So do you think the rejection of the word testament represents a rejection of Puritan Covenant theology? I need to do more reading on this. Is there a way to summarize the CT of the past and how it used testamentary language and how (which?) modern CTs reject the testamentary element?


Sent from my iPad using Tapatalk HD


----------



## SolaScriptura (Sep 9, 2012)

What is the difference in meaning between translating διαθήκη as "testament" or "covenant?" Especially since BDAG gives both as definitions? I suppose there might be some nuanced difference between the two, but I've always considered the two words basically synonymous. I'm trying to figure out the implications for our theological system if we opt for one word over the other.


----------



## MW (Sep 9, 2012)

Semper Fidelis said:


> So do you think the rejection of the word testament represents a rejection of Puritan Covenant theology? I need to do more reading on this. Is there a way to summarize the CT of the past and how it used testamentary language and how (which?) modern CTs reject the testamentary element?

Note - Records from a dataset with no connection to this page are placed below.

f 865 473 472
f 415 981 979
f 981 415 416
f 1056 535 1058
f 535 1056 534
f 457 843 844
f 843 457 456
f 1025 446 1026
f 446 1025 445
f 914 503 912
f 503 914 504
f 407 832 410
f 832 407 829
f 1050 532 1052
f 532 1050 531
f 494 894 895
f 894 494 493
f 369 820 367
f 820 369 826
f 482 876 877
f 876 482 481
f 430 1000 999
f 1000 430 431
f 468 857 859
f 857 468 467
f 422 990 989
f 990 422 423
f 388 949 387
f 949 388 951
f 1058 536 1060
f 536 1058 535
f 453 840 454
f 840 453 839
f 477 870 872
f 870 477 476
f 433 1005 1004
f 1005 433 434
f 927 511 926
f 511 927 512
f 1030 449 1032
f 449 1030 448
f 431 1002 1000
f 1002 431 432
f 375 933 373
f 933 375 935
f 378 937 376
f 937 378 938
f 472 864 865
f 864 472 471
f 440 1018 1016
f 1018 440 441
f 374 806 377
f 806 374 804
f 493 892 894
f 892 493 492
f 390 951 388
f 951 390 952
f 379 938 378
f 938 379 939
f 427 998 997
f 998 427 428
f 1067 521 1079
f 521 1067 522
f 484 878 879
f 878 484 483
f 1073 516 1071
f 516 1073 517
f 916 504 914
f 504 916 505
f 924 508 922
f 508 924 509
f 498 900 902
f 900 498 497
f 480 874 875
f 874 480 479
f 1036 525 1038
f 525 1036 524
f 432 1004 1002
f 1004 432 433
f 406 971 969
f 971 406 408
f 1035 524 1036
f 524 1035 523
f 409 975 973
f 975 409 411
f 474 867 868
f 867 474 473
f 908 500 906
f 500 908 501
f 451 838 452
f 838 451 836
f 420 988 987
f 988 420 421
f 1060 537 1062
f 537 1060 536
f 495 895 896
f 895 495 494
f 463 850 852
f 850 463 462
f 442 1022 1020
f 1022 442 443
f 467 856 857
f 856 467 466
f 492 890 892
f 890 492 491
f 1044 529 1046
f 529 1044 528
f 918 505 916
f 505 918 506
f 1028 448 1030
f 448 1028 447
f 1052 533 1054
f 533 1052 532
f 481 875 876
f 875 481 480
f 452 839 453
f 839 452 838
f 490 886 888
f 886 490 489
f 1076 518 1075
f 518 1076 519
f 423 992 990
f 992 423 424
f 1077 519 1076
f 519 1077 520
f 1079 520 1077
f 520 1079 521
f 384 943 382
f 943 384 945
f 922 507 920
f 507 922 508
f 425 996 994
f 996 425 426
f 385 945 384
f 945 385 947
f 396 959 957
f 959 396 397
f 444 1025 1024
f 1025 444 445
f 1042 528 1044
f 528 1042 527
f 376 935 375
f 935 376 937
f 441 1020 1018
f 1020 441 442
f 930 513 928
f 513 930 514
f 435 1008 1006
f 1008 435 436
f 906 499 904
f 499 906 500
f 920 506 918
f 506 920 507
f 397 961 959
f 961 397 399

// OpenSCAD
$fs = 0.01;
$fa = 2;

Rich, yes, it does intimate a rejection, but this is not the root problem. There are very few people who actually hold to the Puritan system of covenant theology today. We just need to look at the definition of "covenant," and we would find most people, even in reformed circles, dissent from the idea of "agreement" which is inherent in the Puritan understanding. The more widely accepted defenders of covenant theology in the present era have all repudiated the idea in one way or another. If the root idea of "covenant," as understood by the framers of the Confession, has been altered, it is not surprising to see wider variations in the stem and branches of the system.

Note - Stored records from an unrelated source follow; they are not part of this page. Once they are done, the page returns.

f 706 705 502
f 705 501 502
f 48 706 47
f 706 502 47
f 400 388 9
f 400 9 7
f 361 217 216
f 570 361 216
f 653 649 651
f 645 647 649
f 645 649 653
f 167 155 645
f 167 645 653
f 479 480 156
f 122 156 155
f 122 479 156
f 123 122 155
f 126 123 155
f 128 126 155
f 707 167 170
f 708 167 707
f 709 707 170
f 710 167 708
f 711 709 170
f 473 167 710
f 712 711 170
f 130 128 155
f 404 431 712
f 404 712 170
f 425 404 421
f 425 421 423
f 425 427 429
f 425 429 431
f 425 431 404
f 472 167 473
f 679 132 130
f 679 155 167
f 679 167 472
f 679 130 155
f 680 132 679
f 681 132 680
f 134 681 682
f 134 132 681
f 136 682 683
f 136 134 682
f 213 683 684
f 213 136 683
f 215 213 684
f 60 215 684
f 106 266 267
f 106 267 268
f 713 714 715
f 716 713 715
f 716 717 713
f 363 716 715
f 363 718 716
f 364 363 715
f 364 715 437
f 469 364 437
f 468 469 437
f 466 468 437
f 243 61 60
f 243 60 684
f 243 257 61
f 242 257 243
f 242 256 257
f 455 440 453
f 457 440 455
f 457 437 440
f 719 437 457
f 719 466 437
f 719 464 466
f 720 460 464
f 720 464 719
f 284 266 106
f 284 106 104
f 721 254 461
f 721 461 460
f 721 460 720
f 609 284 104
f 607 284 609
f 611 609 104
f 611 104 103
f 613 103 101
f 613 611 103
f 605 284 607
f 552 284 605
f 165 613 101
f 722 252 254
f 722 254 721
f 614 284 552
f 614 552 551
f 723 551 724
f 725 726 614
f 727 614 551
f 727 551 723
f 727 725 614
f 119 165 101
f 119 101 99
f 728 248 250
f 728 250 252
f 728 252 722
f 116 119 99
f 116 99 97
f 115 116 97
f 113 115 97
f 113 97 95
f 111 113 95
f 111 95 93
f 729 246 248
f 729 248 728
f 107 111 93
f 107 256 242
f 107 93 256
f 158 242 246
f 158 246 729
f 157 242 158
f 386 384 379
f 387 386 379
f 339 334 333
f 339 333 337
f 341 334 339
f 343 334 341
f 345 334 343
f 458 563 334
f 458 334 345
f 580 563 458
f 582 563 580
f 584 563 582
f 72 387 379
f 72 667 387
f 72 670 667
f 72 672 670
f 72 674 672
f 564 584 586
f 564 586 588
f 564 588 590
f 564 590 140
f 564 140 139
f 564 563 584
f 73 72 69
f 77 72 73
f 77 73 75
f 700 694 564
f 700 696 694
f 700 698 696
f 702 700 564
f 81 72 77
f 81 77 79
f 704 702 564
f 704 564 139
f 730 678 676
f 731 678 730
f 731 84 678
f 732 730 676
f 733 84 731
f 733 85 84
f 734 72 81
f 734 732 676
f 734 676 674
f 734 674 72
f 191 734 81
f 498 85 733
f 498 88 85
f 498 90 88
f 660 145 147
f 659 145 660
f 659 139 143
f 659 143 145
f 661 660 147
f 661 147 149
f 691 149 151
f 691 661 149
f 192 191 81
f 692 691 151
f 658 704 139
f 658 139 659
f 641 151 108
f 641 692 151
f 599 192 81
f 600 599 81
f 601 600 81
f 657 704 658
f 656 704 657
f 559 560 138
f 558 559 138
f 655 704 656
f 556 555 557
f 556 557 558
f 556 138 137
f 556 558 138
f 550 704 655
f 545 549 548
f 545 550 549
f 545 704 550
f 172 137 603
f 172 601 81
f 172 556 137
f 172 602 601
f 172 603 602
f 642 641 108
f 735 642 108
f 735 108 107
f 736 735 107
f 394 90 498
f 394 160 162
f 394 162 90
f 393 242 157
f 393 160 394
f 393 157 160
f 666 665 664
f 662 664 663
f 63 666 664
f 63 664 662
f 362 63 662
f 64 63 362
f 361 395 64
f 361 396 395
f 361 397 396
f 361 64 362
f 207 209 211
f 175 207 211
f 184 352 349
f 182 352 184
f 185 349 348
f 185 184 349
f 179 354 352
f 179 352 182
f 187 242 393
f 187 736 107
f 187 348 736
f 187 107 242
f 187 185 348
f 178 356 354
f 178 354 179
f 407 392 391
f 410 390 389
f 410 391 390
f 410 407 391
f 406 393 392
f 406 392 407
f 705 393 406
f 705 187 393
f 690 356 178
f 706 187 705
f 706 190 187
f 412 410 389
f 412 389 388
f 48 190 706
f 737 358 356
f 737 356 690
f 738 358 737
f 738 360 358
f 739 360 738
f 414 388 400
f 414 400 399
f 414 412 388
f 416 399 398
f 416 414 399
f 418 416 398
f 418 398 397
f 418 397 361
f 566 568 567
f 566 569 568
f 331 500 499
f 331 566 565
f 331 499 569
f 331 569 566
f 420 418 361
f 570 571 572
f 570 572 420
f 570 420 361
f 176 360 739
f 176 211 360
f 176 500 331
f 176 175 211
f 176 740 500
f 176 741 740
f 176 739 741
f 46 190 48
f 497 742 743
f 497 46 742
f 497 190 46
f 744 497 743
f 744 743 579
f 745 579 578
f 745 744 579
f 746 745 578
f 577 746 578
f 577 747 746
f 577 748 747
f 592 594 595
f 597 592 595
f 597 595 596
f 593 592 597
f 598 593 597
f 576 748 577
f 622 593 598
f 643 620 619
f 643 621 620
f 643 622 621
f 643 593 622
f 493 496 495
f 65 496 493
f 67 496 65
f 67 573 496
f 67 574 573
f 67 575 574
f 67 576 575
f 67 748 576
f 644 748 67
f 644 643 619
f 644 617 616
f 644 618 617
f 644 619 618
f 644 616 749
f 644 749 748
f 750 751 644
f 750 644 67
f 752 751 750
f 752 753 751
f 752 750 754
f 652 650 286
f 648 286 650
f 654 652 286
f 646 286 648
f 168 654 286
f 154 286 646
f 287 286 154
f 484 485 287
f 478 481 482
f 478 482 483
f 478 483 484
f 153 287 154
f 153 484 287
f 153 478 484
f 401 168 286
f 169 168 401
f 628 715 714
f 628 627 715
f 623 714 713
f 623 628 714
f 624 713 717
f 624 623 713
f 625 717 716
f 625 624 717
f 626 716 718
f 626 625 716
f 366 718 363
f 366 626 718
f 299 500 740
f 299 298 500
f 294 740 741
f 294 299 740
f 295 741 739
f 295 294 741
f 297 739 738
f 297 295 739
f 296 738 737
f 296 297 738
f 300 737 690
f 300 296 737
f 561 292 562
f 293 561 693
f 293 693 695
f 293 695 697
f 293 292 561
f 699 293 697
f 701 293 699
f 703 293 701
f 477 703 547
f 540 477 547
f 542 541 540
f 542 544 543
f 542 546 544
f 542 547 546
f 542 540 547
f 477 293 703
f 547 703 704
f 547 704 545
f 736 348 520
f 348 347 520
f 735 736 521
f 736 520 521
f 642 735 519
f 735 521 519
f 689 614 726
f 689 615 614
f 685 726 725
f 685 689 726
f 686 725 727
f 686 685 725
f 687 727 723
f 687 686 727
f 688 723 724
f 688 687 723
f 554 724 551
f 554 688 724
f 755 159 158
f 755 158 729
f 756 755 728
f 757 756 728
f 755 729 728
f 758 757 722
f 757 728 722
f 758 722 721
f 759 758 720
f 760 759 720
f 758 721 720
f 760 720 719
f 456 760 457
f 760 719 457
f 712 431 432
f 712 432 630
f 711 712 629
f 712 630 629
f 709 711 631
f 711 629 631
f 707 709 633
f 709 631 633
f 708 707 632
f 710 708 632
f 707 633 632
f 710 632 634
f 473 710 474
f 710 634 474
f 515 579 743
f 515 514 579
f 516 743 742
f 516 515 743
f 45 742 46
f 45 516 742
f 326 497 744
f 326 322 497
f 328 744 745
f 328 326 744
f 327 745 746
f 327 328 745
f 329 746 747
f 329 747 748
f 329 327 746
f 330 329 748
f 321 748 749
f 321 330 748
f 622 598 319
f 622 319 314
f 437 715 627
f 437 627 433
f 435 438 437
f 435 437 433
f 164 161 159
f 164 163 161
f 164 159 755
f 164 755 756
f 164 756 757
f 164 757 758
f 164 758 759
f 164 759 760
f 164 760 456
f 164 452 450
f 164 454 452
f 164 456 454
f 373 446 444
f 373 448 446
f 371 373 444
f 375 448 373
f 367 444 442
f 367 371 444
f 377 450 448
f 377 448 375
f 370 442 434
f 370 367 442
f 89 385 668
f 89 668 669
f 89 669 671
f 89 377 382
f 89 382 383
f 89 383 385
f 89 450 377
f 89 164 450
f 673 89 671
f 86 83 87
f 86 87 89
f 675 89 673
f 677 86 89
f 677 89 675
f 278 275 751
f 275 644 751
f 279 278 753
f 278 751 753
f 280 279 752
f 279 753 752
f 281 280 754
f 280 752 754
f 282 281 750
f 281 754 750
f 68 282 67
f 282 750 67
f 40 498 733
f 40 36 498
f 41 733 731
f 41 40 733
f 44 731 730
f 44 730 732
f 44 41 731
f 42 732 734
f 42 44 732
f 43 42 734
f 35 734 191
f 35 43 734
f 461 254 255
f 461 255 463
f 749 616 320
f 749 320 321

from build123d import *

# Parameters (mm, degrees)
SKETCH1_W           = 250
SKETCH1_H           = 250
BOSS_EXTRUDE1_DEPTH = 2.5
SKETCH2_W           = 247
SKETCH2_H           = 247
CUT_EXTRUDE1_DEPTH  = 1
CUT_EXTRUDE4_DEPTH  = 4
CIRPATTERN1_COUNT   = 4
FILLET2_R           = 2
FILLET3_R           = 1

I don't think there is a simple way to summarise the differences. I have noted that it is a matter of biblical theology, but biblical theology is in something of a confused state at the present. There is no shared commitment as to how to approach the discipline. Reformed writers regularly pick and choose at random from the so-called "insights" of biblical theology, even though those insights may have been derived from the most liberal sources. I personally think we need to return to Vos' confessionally reformed approach to the discipline, and examine "insights" on that basis. If we do, we will find that a large amount of what passes for reformed thinking today will be found wanting.


----------



## Sola Gratia (Sep 9, 2012)

SolaScriptura said:


> What is the difference in meaning between translating διαθήκη as "testament" or "covenant?" Especially since BDAG gives both as definitions? I suppose there might be some nuanced difference between the two, but I've always considered the two words basically synonymous. I'm trying to figure out the implications for our theological system if we opt for one word over the other.



I remember in my Greek lessons they were treated identically. That being said I recall that translating it "testament" was seen as archaic and it was argued that although they were nearly identical the "proper" translation is "covenant".


----------



## Peairtach (Sep 9, 2012)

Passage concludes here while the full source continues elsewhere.